Showing posts with label Harry Patch. Show all posts
Showing posts with label Harry Patch. Show all posts
Saturday, 25 July 2009
Harry Patch
Harry Patch died last night aged 111.
He was the last surviving British soldier who fought in the trenches during the Great War.
Only one serviceman remains, an Englishman who served with the Royal Navy and now lives in Australia. All other members of the British force have now passed away. A handful from Canada and elsewhere live on but soon will join their comrades.
Patch served at Pilckem Ridge, near Ypres in 1917, the Battle of Paschendale, the battle that made the Flanders mud the living image of the war. Nearly half a million men from both sides fell into the mud during this tremendous, and possibly needless some say, fight. Patch was lucky, the three mates in his Lewis gun team were hit and killed by a chance shrapnel shell, (a shell that explodes in the air above the troops and discharges around a hundred bullet like rounds) while he himself received only a portion of the shell in his groin. While it was painful to remove it meant he survived the war.
Like many others who lived on he never forgot those comrades who fell.

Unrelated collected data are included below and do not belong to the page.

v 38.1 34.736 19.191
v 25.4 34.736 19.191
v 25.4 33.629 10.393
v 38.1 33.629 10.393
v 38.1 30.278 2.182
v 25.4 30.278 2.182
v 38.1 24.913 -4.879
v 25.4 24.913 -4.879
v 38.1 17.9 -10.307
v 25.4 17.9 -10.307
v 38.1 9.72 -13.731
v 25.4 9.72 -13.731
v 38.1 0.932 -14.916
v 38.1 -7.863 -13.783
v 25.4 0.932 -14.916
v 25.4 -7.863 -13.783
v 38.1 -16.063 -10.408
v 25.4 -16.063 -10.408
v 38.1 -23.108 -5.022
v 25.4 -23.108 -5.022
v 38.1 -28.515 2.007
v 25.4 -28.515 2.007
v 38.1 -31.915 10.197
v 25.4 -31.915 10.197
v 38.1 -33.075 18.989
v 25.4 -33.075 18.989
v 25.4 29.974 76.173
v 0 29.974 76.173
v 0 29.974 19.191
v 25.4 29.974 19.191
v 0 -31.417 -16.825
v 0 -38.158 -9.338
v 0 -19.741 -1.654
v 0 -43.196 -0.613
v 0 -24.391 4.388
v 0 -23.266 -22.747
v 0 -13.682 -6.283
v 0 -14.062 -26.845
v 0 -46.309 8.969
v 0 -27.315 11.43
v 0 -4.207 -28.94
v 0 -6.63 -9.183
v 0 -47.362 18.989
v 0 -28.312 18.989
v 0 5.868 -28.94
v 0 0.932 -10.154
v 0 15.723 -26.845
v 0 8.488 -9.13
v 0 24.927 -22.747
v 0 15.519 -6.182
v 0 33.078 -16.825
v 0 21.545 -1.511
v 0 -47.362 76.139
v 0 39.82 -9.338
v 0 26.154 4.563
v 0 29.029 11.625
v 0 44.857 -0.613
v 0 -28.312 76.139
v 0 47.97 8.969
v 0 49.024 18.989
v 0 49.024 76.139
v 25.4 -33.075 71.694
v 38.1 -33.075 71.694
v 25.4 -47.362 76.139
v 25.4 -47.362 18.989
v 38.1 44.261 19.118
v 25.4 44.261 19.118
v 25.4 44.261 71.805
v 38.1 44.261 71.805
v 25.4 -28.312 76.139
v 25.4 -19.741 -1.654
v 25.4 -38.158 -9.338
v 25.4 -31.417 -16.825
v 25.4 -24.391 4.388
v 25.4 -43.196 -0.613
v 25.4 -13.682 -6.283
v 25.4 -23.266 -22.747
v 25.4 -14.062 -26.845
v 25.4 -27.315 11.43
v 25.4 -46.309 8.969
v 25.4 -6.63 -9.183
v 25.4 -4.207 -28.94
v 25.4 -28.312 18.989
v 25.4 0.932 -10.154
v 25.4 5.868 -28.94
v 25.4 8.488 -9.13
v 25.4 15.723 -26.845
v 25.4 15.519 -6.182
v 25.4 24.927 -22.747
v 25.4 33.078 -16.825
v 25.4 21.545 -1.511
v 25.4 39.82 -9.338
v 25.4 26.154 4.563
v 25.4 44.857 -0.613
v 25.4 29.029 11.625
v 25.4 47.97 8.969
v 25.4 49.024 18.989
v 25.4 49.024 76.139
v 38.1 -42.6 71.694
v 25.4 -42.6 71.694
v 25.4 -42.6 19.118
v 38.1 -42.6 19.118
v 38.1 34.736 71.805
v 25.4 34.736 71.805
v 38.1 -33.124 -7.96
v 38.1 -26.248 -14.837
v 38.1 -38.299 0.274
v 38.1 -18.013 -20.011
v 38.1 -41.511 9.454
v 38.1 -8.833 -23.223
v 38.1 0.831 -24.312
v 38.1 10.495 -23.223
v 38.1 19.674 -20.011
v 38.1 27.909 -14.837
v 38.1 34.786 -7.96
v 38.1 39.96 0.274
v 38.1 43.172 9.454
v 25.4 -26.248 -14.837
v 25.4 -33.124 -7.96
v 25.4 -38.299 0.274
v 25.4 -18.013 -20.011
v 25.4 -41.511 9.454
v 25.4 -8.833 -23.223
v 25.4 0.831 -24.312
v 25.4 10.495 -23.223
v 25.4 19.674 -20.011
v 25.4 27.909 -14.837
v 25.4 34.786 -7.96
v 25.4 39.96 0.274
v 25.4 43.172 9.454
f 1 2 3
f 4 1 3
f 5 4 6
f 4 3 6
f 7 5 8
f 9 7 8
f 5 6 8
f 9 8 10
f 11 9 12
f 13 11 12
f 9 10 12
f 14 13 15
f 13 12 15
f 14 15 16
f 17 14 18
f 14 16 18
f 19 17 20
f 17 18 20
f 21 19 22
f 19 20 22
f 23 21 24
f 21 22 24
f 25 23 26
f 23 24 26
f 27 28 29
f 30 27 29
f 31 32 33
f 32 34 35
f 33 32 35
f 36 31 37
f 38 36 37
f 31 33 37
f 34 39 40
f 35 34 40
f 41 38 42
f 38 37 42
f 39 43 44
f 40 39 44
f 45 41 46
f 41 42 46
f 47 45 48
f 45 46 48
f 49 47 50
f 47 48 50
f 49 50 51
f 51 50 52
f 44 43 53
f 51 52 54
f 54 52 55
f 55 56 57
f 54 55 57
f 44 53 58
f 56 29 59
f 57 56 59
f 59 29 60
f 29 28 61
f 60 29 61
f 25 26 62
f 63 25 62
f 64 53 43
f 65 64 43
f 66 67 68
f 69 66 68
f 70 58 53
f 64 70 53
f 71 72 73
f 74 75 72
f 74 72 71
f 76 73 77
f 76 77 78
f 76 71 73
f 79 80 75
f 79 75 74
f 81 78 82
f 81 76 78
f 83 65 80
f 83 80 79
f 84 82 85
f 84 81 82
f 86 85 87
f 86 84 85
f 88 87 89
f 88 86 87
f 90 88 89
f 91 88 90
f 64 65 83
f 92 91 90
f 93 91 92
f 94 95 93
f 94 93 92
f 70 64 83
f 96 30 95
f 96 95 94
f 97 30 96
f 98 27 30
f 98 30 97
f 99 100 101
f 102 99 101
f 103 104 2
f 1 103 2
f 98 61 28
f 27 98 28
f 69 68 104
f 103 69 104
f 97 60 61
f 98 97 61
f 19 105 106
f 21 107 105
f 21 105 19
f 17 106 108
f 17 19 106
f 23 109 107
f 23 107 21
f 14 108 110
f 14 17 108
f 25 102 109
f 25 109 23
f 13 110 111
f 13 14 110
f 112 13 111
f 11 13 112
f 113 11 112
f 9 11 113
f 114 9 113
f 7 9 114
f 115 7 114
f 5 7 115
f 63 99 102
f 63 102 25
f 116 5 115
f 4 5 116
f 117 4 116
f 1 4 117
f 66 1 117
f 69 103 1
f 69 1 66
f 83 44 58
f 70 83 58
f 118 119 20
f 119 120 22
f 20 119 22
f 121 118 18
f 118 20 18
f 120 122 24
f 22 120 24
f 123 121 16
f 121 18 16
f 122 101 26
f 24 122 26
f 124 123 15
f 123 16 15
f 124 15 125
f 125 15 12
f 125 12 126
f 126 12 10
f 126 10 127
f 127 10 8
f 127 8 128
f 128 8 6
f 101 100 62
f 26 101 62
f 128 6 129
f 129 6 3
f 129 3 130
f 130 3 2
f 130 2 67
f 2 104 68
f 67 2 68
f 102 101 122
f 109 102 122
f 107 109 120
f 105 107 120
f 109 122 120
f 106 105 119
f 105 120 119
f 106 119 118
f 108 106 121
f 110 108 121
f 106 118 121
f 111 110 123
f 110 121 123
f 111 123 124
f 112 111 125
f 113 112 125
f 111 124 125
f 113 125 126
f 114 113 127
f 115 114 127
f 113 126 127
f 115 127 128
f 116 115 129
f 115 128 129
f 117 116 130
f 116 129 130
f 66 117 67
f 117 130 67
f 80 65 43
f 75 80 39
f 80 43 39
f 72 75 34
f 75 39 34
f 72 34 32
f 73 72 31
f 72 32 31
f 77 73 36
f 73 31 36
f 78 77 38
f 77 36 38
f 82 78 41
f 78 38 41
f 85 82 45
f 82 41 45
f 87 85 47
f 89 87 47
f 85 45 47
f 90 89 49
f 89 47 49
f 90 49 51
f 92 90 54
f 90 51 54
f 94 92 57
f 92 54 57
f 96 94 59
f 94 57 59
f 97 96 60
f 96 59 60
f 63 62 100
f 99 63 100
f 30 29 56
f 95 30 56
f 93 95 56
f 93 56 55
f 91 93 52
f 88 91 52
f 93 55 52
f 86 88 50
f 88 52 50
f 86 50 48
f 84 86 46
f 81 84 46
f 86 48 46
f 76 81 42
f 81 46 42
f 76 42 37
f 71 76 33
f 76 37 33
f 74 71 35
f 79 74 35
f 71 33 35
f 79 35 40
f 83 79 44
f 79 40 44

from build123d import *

# Parameters (mm, degrees)
F1_DEPTH = 25.4
F3_DEPTH = 12.7


# Not quite as in the source:
# - ends of sketch curves that miss each other by under 0.0002 mm in the source are joined


with BuildPart() as f1:
    # F0 (on Right) → F1 (new body)
    with BuildSketch(Plane.YZ):
        with BuildLine():
            Line((-28.3121045191, 76.1390224734), (-47.3621045191, 76.1390224734))
            Line((-47.3621045191, 76.1390224734), (-47.3621045191, 18.9890224734))
            ThreePointArc((-47.3621045191, 18.9890224734), (0.8307135418, -29.2037957052), (49.0235318381, 18.9890222381))
            Line((49.0235318381, 18.9890222381), (49.0235318381, 76.1390222381))
            Line((49.0235318381, 76.1390222381), (29.9735318381, 76.1725883931))
            Line((29.9735318381, 76.1725883931), (29.9735318381, 19.1909559071))
            ThreePointArc((29.9735318381, 19.1909559071), (0.9320306114, -10.1539702583), (-28.3121045191, 18.9890228212))
            Line((-28.3121045191, 18.9890228212), (-28.3121045191, 76.1390224734))
        make_face()
    extrude(amount=F1_DEPTH)


with BuildPart() as f3:
    # F2 (on face) → F3 (new body)
    with BuildSketch(Plane.YZ.offset(25.4)):
        with BuildLine():
            Line((-33.0746045191, 71.6940224734), (-42.5996045191, 71.6940224734))
            Line((-42.5996045191, 71.6940224734), (-42.5996045191, 19.1180334417))
            ThreePointArc((-42.5996045191, 19.1180334417), (0.8307136595, -24.3122847369), (44.2610318381, 19.1180334417))
            Line((44.2610318381, 19.1180334417), (44.2610318381, 71.8052499411))
            Line((44.2610318381, 71.8052499411), (34.7360318381, 71.8052499411))
            Line((34.7360318381, 71.8052499411), (34.7360318381, 19.1909559071))
            ThreePointArc((34.7360318381, 19.1909559071), (0.931981493, -14.9164460393), (-33.0746045191, 18.9890224734))
            Line((-33.0746045191, 18.9890224734), (-33.0746045191, 71.6940224734))
        make_face()
    extrude(amount=F3_DEPTH)


solid = Compound([f1.part, f3.part])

Those living at that time, including the children born then, are now passing away. That generation, their ideals, their hopes, their understanding of life, is passing from us. In some ways it was better and in some their ideas were wrong. The fact remains that they endured a cataclysmic war that few today can begin to comprehend. This left it's effects with them till their dying day and has impressed itself unknowingly upon us also. Let us develop the good things and remove the bad, preferably without any major conflict such as that generation endured.